Kazungula Bridge construction starts

From NANCY MWAPE in Kasane, Botswana
ZAMBIA and Botswana yesterday commissioned the construction of the long awaited Kazangula Bridge which will cost US$259.3 million.
The bridge, whose construction works will start within the next few weeks, will take four years to build.
Speaking at a groundbreaking ceremony in Kasane yesterday Vice-President Guy Scott said the construction of the bridge will bring immense benefits not only to the two countries but also to other countries in the Southern Africa Development Community (SADC) region and the rest of the continent.
“At present, traffic flow across the Zambezi River, with the two ferries is restricted to approximately 30 trucks per day per ferry in each direction. The border facilities on both Zambia and Botswana sides of the river are inadequate,” he said.
Dr Scott also said the facilities at the border are outdated and unable to provide quality service required for an efficient transport system.
The bridge is being financed by Zambia and Botswana with financial assistance from the Japanese International Cooperation Agency (JICA) and the African Development Bank (AfDB).
Dr Scott said the project will contribute to job creation, facilitate movement of goods within the region and increase opportunities for intra and regional trade activities.
He said the construction of the bridge will reduce transport costs, cost of doing business, improved border management and increased revenue for both countries.
He paid tribute to the financiers for making the project a reality.
And Botswana vice-president Ponatshego Kedikilwe said the project is a demonstration of the common resolve to advance issues of sustainable development that will open up avenues of sustainable development, improved trade and economic diversification.
“The groundbreaking stage has not been an easy journey to reach.  We have overcome the huddles, we therefore have to celebrate,” he said.
The event was witnessed by cabinet ministers, traditional leaders, diplomats and senior Government officials from both countries.
Dr Kidikilwe said today’s competitive market calls for faster and higher service delivery adding that the challenge is to ensure traffic traversing the corridors remains equally competitive.
He commended SADC leaders for their visionary, transformative leadership and commitment to grow economies, trade, job creation and wellbeing of the people.
He said SADC member states have prioritised the construction of the Kazungula bridge as it will enhance development of transport and regional integration.
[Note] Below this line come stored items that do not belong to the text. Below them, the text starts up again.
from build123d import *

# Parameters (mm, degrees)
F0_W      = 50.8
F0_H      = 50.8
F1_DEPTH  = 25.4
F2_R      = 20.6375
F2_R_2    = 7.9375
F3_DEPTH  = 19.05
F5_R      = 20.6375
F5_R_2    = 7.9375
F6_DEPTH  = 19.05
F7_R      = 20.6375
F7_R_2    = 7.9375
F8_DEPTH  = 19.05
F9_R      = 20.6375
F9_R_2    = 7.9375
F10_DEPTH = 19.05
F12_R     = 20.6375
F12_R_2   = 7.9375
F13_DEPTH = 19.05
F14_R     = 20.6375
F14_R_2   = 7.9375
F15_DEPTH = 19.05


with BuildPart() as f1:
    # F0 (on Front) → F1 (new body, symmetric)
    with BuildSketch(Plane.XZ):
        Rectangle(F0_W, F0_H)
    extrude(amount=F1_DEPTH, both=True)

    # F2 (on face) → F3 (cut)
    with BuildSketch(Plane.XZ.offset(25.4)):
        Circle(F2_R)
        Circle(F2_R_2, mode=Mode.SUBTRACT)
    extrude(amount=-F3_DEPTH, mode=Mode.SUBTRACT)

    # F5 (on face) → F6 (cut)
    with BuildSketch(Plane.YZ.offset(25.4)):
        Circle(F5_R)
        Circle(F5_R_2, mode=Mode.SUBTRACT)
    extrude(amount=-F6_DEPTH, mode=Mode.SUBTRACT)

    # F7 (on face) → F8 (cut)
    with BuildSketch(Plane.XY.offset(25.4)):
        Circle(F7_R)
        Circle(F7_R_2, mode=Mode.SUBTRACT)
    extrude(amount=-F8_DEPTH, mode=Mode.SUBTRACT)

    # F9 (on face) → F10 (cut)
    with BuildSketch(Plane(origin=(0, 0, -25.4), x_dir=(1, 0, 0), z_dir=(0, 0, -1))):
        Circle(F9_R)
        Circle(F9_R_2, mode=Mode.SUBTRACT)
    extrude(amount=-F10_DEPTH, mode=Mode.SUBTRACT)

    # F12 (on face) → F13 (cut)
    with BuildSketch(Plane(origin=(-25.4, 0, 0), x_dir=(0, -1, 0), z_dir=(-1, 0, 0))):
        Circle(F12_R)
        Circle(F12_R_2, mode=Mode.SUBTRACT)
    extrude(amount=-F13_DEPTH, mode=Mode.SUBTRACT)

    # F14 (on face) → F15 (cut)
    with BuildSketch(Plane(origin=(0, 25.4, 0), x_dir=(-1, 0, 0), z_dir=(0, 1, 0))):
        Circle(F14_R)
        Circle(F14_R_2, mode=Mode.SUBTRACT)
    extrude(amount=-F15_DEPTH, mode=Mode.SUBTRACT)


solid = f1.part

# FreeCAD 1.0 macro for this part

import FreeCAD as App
import Part
import Sketcher

V = App.Vector
Q = App.Units.Quantity

doc = App.newDocument("Part")
params = doc.addObject("Spreadsheet::Sheet", "Params")
for row, (alias, value) in enumerate([
    ("sketch1_width", "2 in"),
    ("pad1_length", "2 in"),
    ("sketch2_diameter", "1.625 in"),
    ("sketch2_diameter2", "0.625 in"),
    ("pocket1_length", "0.75 in"),
    ("sketch3_diameter", "1.625 in"),
    ("sketch3_diameter2", "0.625 in"),
    ("pocket2_length", "0.75 in"),
    ("sketch4_diameter", "1.625 in"),
    ("sketch4_diameter2", "0.625 in"),
    ("pocket3_length", "0.75 in"),
    ("sketch5_diameter", "1.625 in"),
    ("sketch5_diameter2", "0.625 in"),
    ("pocket4_length", "0.75 in"),
    ("sketch6_diameter", "1.625 in"),
    ("sketch6_diameter2", "0.625 in"),
    ("pocket5_length", "0.75 in"),
    ("sketch7_diameter", "1.625 in"),
    ("sketch7_diameter2", "0.625 in"),
    ("pocket6_length", "0.75 in"),
], start=1):
    params.set(f"A{row}", alias)
    params.set(f"B{row}", "=" + value)
    params.setAlias(f"B{row}", alias)

body = doc.addObject("PartDesign::Body", "Body")
body.AllowCompound = True

# Sketch on XZ plane
sketch1 = body.newObject("Sketcher::SketchObject", "Sketch")
sketch1.AttachmentSupport = (doc.getObject("XZ_Plane"), [""])
sketch1.MapMode = "FlatFace"
sketch1.addGeometry([
    Part.LineSegment(V(-25, 25, 0), V(-25, -25, 0)),
    Part.LineSegment(V(-25, -25, 0), V(25, -25, 0)),
    Part.LineSegment(V(25, -25, 0), V(25, 25, 0)),
    Part.LineSegment(V(25, 25, 0), V(-25, 25, 0)),
], False)
sketch1.addConstraint([
    Sketcher.Constraint("Coincident", 0, 2, 1, 1),
    Sketcher.Constraint("Coincident", 1, 2, 2, 1),
    Sketcher.Constraint("Coincident", 2, 2, 3, 1),
    Sketcher.Constraint("Coincident", 3, 2, 0, 1),
    Sketcher.Constraint("Vertical", 0),
    Sketcher.Constraint("Horizontal", 1),
    Sketcher.Constraint("Vertical", 2),
    Sketcher.Constraint("Horizontal", 3),
    Sketcher.Constraint("Symmetric", 0, 2, 2, 2, -1, 1),
    Sketcher.Constraint("Equal", 3, 0),
    Sketcher.Constraint("DistanceX", 1, 1, 1, 2, Q("2 in")),
])
sketch1.setExpression("Constraints[10]", "Params.sketch1_width")
pad1 = body.newObject("PartDesign::Pad", "Pad")
pad1.Profile = sketch1
pad1.setExpression("Length", "Params.pad1_length")
pad1.Midplane = True

# Sketch on XZ plane
sketch2 = body.newObject("Sketcher::SketchObject", "Sketch001")
sketch2.AttachmentSupport = (doc.getObject("XZ_Plane"), [""])
sketch2.MapMode = "FlatFace"
sketch2.AttachmentOffset = App.Placement(V(0, 0, 1 * 25.4), App.Rotation())
sketch2.addGeometry([
    Part.Circle(V(0, 0, 0), V(0, 0, 1), 21),
    Part.Circle(V(0, 0, 0), V(0, 0, 1), 8),
], False)
sketch2.addConstraint([
    Sketcher.Constraint("Coincident", 0, 3, -1, 1),
    Sketcher.Constraint("Coincident", 1, 3, -1, 1),
    Sketcher.Constraint("Diameter", 0, Q("1.625 in")),
    Sketcher.Constraint("Diameter", 1, Q("0.625 in")),
])
sketch2.setExpression("Constraints[2]", "Params.sketch2_diameter")
sketch2.setExpression("Constraints[3]", "Params.sketch2_diameter2")
pocket1 = body.newObject("PartDesign::Pocket", "Pocket")
pocket1.Profile = sketch2
pocket1.setExpression("Length", "Params.pocket1_length")

# Sketch on YZ plane
sketch3 = body.newObject("Sketcher::SketchObject", "Sketch002")
sketch3.AttachmentSupport = (doc.getObject("YZ_Plane"), [""])
sketch3.MapMode = "FlatFace"
sketch3.AttachmentOffset = App.Placement(V(0, 0, 1 * 25.4), App.Rotation())
sketch3.addGeometry([
    Part.Circle(V(0, 0, 0), V(0, 0, 1), 21),
    Part.Circle(V(0, 0, 0), V(0, 0, 1), 8),
], False)
sketch3.addConstraint([
    Sketcher.Constraint("Coincident", 0, 3, -1, 1),
    Sketcher.Constraint("Coincident", 1, 3, -1, 1),
    Sketcher.Constraint("Diameter", 0, Q("1.625 in")),
    Sketcher.Constraint("Diameter", 1, Q("0.625 in")),
])
sketch3.setExpression("Constraints[2]", "Params.sketch3_diameter")
sketch3.setExpression("Constraints[3]", "Params.sketch3_diameter2")
pocket2 = body.newObject("PartDesign::Pocket", "Pocket001")
pocket2.Profile = sketch3
pocket2.setExpression("Length", "Params.pocket2_length")

# Sketch on XY plane
sketch4 = body.newObject("Sketcher::SketchObject", "Sketch003")
sketch4.AttachmentSupport = (doc.getObject("XY_Plane"), [""])
sketch4.MapMode = "FlatFace"
sketch4.AttachmentOffset = App.Placement(V(0, 0, 1 * 25.4), App.Rotation())
sketch4.addGeometry([
    Part.Circle(V(0, 0, 0), V(0, 0, 1), 21),
    Part.Circle(V(0, 0, 0), V(0, 0, 1), 8),
], False)
sketch4.addConstraint([
    Sketcher.Constraint("Coincident", 0, 3, -1, 1),
    Sketcher.Constraint("Coincident", 1, 3, -1, 1),
    Sketcher.Constraint("Diameter", 0, Q("1.625 in")),
    Sketcher.Constraint("Diameter", 1, Q("0.625 in")),
])
sketch4.setExpression("Constraints[2]", "Params.sketch4_diameter")
sketch4.setExpression("Constraints[3]", "Params.sketch4_diameter2")
pocket3 = body.newObject("PartDesign::Pocket", "Pocket002")
pocket3.Profile = sketch4
pocket3.setExpression("Length", "Params.pocket3_length")

# Sketch on XY plane
sketch5 = body.newObject("Sketcher::SketchObject", "Sketch004")
sketch5.AttachmentSupport = (doc.getObject("XY_Plane"), [""])
sketch5.MapMode = "FlatFace"
sketch5.AttachmentOffset = App.Placement(V(0, 0, -1 * 25.4), App.Rotation())
sketch5.addGeometry([
    Part.Circle(V(0, 0, 0), V(0, 0, 1), 21),
    Part.Circle(V(0, 0, 0), V(0, 0, 1), 8),
], False)
sketch5.addConstraint([
    Sketcher.Constraint("Coincident", 0, 3, -1, 1),
    Sketcher.Constraint("Coincident", 1, 3, -1, 1),
    Sketcher.Constraint("Diameter", 0, Q("1.625 in")),
    Sketcher.Constraint("Diameter", 1, Q("0.625 in")),
])
sketch5.setExpression("Constraints[2]", "Params.sketch5_diameter")
sketch5.setExpression("Constraints[3]", "Params.sketch5_diameter2")
pocket4 = body.newObject("PartDesign::Pocket", "Pocket003")
pocket4.Profile = sketch5
pocket4.setExpression("Length", "Params.pocket4_length")
pocket4.Reversed = True

# Sketch on YZ plane
sketch6 = body.newObject("Sketcher::SketchObject", "Sketch005")
sketch6.AttachmentSupport = (doc.getObject("YZ_Plane"), [""])
sketch6.MapMode = "FlatFace"
sketch6.AttachmentOffset = App.Placement(V(0, 0, -1 * 25.4), App.Rotation())
sketch6.addGeometry([
    Part.Circle(V(0, 0, 0), V(0, 0, 1), 21),
    Part.Circle(V(0, 0, 0), V(0, 0, 1), 8),
], False)
sketch6.addConstraint([
    Sketcher.Constraint("Coincident", 0, 3, -1, 1),
    Sketcher.Constraint("Coincident", 1, 3, -1, 1),
    Sketcher.Constraint("Diameter", 0, Q("1.625 in")),
    Sketcher.Constraint("Diameter", 1, Q("0.625 in")),
])
sketch6.setExpression("Constraints[2]", "Params.sketch6_diameter")
sketch6.setExpression("Constraints[3]", "Params.sketch6_diameter2")
pocket5 = body.newObject("PartDesign::Pocket", "Pocket004")
pocket5.Profile = sketch6
pocket5.setExpression("Length", "Params.pocket5_length")
pocket5.Reversed = True

# Sketch on XZ plane
sketch7 = body.newObject("Sketcher::SketchObject", "Sketch006")
sketch7.AttachmentSupport = (doc.getObject("XZ_Plane"), [""])
sketch7.MapMode = "FlatFace"
sketch7.AttachmentOffset = App.Placement(V(0, 0, -1 * 25.4), App.Rotation())
sketch7.addGeometry([
    Part.Circle(V(0, 0, 0), V(0, 0, 1), 21),
    Part.Circle(V(0, 0, 0), V(0, 0, 1), 8),
], False)
sketch7.addConstraint([
    Sketcher.Constraint("Coincident", 0, 3, -1, 1),
    Sketcher.Constraint("Coincident", 1, 3, -1, 1),
    Sketcher.Constraint("Diameter", 0, Q("1.625 in")),
    Sketcher.Constraint("Diameter", 1, Q("0.625 in")),
])
sketch7.setExpression("Constraints[2]", "Params.sketch7_diameter")
sketch7.setExpression("Constraints[3]", "Params.sketch7_diameter2")
pocket6 = body.newObject("PartDesign::Pocket", "Pocket005")
pocket6.Profile = sketch7
pocket6.setExpression("Length", "Params.pocket6_length")
pocket6.Reversed = True

doc.recompute()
The multi-national border bridge will be 923 meters long and 18.5 meters wide. It will have a 3km railway on each side of the bridge and a one stop border post.
JICA deputy resident representative based in Lusaka, Atsushi Nakagawa, said JICA is committed to strengthen further its support to Africa to help achieve human development in infrastructure and institutional development.
“The construction works will be safely completed as scheduled by taking necessary measures to avoid any damage and accidents during and after construction,” he said.
And AfDB Malawi resident representative Andrew Mwaba said the project will strengthen the already strong cooperation between the two countries and the bank was proud to be a partner on the path of economic development.
“The economies of the two countries have shown strong growth over the recent past; with Botswana having successfully steered through external financial shocks and Zambia cementing its status as a country progressing to a middle income status,” Dr Mwaba said.